Start of RECORDS FOR THIS EXERCISE

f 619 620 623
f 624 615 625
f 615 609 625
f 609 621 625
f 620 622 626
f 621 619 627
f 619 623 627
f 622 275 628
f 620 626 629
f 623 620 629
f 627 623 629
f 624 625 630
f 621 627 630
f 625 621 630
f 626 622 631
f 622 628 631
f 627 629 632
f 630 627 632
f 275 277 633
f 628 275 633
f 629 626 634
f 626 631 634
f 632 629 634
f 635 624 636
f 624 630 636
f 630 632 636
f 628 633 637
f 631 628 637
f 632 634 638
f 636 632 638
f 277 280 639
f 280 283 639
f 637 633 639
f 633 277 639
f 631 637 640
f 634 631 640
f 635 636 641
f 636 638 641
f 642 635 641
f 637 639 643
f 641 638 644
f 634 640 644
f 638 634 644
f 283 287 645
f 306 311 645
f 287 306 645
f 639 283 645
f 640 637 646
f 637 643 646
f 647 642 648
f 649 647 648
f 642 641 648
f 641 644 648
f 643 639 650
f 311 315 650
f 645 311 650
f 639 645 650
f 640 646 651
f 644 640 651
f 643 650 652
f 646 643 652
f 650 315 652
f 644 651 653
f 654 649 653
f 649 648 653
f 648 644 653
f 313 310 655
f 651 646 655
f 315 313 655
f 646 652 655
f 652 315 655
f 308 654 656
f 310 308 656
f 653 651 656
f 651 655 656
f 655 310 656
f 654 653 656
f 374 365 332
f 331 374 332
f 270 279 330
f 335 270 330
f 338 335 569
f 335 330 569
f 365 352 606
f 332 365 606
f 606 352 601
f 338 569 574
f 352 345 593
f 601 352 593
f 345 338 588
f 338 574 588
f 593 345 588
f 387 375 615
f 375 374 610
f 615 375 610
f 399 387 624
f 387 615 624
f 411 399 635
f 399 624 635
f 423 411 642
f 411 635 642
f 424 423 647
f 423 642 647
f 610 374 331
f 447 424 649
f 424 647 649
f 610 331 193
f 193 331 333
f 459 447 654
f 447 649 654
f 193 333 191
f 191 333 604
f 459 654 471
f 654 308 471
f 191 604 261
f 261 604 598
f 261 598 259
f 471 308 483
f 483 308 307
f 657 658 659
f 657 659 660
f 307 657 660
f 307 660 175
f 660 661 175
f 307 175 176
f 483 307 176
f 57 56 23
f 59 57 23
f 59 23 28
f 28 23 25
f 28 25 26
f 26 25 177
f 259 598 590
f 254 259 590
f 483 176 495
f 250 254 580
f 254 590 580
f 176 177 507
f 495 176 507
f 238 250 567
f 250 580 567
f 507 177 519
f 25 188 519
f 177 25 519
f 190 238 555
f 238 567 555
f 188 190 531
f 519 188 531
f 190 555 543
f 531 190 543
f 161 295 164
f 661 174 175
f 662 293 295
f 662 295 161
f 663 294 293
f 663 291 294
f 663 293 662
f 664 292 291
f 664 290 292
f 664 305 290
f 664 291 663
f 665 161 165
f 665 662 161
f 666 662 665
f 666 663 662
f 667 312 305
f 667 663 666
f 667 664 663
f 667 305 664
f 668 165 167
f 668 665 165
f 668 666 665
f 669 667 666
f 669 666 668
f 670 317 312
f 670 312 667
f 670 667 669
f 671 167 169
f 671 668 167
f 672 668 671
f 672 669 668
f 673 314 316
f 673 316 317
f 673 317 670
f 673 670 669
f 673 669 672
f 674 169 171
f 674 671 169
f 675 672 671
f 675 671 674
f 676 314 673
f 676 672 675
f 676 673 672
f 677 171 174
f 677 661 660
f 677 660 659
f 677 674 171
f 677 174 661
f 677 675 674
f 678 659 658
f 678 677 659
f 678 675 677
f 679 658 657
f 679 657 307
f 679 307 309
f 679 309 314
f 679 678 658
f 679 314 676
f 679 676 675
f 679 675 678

End of RECORDS FOR THIS EXERCISE
Start of RECORDS FOR THIS EXERCISE

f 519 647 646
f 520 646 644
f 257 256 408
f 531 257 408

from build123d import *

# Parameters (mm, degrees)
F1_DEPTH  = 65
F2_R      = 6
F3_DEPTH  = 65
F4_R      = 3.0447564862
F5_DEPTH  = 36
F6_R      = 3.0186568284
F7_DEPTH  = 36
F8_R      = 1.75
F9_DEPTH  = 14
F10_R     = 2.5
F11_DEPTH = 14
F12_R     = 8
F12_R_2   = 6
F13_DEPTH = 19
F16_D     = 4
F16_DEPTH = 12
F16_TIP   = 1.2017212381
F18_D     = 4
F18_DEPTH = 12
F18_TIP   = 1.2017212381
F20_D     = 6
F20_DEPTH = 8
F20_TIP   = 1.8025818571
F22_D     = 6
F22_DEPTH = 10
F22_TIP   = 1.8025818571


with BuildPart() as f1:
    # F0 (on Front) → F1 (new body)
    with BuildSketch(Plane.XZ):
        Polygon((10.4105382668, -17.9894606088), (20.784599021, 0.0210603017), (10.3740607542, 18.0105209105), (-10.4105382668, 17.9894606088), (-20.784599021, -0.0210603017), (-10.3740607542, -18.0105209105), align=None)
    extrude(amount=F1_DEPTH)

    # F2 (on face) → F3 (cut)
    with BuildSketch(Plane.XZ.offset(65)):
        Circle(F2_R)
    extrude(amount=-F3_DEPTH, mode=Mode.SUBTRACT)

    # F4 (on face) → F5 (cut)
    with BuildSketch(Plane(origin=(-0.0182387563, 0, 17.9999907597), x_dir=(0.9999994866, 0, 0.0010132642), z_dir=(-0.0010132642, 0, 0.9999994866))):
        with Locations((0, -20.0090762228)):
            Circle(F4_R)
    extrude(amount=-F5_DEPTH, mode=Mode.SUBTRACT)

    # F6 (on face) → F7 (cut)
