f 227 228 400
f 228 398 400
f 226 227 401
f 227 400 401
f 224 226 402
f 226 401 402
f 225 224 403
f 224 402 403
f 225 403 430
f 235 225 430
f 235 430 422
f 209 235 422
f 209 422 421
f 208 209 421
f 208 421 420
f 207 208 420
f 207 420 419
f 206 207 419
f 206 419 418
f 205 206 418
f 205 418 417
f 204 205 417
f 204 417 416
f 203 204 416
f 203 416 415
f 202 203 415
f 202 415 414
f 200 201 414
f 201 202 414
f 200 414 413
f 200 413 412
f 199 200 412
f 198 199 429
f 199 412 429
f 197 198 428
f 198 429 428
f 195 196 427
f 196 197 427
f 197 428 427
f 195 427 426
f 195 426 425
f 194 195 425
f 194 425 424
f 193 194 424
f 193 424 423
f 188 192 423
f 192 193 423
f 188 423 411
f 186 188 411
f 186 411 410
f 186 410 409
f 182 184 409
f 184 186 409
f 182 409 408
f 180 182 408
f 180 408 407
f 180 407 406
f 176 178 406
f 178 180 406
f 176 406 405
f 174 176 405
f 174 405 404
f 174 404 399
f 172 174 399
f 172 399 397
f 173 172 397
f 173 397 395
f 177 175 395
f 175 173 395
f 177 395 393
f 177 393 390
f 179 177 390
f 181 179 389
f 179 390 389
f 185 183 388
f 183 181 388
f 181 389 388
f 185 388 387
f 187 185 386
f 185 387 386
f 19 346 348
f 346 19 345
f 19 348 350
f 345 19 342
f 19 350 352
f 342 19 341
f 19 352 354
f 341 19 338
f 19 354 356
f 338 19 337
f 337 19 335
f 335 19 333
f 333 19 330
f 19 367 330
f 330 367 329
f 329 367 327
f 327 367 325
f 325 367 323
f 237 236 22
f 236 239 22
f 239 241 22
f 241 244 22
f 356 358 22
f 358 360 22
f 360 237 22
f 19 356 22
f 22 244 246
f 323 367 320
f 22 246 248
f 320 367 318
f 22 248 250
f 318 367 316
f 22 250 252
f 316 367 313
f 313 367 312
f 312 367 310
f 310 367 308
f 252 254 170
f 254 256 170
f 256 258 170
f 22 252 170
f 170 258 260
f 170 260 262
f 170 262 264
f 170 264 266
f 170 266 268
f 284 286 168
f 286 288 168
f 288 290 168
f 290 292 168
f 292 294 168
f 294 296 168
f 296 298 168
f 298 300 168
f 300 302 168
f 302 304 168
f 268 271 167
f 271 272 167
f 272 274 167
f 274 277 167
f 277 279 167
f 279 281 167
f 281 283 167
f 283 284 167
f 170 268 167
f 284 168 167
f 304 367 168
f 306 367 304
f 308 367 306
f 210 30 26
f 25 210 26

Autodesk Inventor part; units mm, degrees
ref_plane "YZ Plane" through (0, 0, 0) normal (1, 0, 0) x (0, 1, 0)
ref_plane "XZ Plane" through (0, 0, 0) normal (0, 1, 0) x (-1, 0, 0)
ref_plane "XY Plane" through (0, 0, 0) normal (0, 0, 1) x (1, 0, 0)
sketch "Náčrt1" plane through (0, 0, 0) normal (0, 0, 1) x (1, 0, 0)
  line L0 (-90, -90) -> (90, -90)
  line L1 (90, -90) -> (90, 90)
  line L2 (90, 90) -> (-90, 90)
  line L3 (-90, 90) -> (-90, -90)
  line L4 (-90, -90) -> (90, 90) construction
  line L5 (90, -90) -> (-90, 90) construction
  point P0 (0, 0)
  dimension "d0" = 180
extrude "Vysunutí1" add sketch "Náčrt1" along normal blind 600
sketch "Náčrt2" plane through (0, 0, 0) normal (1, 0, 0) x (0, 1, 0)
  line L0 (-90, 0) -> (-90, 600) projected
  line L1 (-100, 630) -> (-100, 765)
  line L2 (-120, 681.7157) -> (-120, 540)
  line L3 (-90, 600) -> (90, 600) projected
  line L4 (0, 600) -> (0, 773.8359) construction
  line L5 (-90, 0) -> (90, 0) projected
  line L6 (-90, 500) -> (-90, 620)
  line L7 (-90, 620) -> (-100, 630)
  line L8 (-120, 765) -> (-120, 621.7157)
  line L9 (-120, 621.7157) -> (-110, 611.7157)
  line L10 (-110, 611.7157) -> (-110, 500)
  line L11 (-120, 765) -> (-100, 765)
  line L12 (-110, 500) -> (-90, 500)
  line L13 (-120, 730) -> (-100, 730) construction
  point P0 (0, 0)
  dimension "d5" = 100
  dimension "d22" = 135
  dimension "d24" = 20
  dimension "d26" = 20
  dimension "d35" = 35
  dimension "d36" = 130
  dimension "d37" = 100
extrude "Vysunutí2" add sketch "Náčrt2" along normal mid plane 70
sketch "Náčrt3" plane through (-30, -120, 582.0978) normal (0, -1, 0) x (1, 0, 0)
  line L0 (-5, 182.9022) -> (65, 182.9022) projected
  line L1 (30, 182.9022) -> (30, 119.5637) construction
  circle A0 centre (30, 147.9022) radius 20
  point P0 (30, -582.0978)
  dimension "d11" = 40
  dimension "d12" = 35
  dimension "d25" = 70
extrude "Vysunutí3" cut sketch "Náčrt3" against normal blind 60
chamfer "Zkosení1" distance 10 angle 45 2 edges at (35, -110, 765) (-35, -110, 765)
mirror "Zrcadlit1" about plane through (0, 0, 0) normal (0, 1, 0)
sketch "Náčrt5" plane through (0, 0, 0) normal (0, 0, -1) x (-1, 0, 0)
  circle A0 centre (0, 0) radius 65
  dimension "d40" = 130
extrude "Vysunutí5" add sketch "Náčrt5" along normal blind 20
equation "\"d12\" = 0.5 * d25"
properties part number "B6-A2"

End of RECORDS FOR THIS EXERCISE
Start of RECORDS FOR THIS EXERCISE

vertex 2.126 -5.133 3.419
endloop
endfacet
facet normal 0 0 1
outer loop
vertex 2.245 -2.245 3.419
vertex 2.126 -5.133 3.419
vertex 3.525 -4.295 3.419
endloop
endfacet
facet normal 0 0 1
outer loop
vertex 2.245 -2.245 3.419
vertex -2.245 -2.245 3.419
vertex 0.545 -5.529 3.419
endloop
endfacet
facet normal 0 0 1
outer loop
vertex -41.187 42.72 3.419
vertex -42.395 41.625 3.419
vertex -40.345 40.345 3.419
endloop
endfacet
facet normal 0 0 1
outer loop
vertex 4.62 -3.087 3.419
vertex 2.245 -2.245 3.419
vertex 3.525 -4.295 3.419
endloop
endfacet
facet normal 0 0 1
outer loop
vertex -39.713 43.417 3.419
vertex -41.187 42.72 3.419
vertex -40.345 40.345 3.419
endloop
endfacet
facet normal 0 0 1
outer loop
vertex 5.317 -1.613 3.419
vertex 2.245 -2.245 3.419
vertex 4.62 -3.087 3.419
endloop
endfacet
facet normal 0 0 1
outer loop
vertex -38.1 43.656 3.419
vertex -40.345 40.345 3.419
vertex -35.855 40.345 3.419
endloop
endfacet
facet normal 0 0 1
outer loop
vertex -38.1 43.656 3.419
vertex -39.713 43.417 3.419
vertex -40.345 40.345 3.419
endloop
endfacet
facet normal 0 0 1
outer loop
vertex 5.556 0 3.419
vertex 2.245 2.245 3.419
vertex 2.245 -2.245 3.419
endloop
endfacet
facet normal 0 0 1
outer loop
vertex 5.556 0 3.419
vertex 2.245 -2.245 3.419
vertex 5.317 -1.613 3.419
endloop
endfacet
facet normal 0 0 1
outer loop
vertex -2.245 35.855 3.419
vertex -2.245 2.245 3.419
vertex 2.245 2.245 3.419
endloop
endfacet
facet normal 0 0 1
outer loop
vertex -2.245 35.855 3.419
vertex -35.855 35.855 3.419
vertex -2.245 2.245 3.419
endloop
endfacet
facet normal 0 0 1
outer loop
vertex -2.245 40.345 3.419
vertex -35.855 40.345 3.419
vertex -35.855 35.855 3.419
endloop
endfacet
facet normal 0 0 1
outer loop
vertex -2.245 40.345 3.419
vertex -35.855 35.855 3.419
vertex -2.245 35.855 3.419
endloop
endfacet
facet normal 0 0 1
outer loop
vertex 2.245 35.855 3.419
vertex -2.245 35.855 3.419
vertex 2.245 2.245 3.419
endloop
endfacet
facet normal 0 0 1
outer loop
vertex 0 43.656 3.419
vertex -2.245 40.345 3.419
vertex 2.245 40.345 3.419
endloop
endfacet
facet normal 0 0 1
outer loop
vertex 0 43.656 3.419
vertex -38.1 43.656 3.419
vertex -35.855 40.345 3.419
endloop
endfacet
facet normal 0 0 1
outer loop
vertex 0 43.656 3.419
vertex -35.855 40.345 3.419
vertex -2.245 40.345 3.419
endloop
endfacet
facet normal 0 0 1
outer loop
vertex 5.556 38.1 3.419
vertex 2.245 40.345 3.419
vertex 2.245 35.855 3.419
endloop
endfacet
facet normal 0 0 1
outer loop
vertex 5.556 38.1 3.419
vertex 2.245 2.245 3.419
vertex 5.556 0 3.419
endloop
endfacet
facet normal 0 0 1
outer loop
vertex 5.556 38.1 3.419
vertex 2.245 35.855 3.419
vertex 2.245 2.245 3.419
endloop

End of RECORDS FOR THIS EXERCISE

[WHAT IS REQUIRED] Above are the records. Print exactly, and only, the lines from the line with "f 191 604 261" to the line with "f 190 238 555", both inclusive.

[RESPONSE FOR THIS EXERCISE]
f 191 604 261
f 261 604 598
f 261 598 259
f 471 308 483
f 483 308 307
f 657 658 659
f 657 659 660
f 307 657 660
f 307 660 175
f 660 661 175
f 307 175 176
f 483 307 176
f 57 56 23
f 59 57 23
f 59 23 28
f 28 23 25
f 28 25 26
f 26 25 177
f 259 598 590
f 254 259 590
f 483 176 495
f 250 254 580
f 254 590 580
f 176 177 507
f 495 176 507
f 238 250 567
f 250 580 567
f 507 177 519
f 25 188 519
f 177 25 519
f 190 238 555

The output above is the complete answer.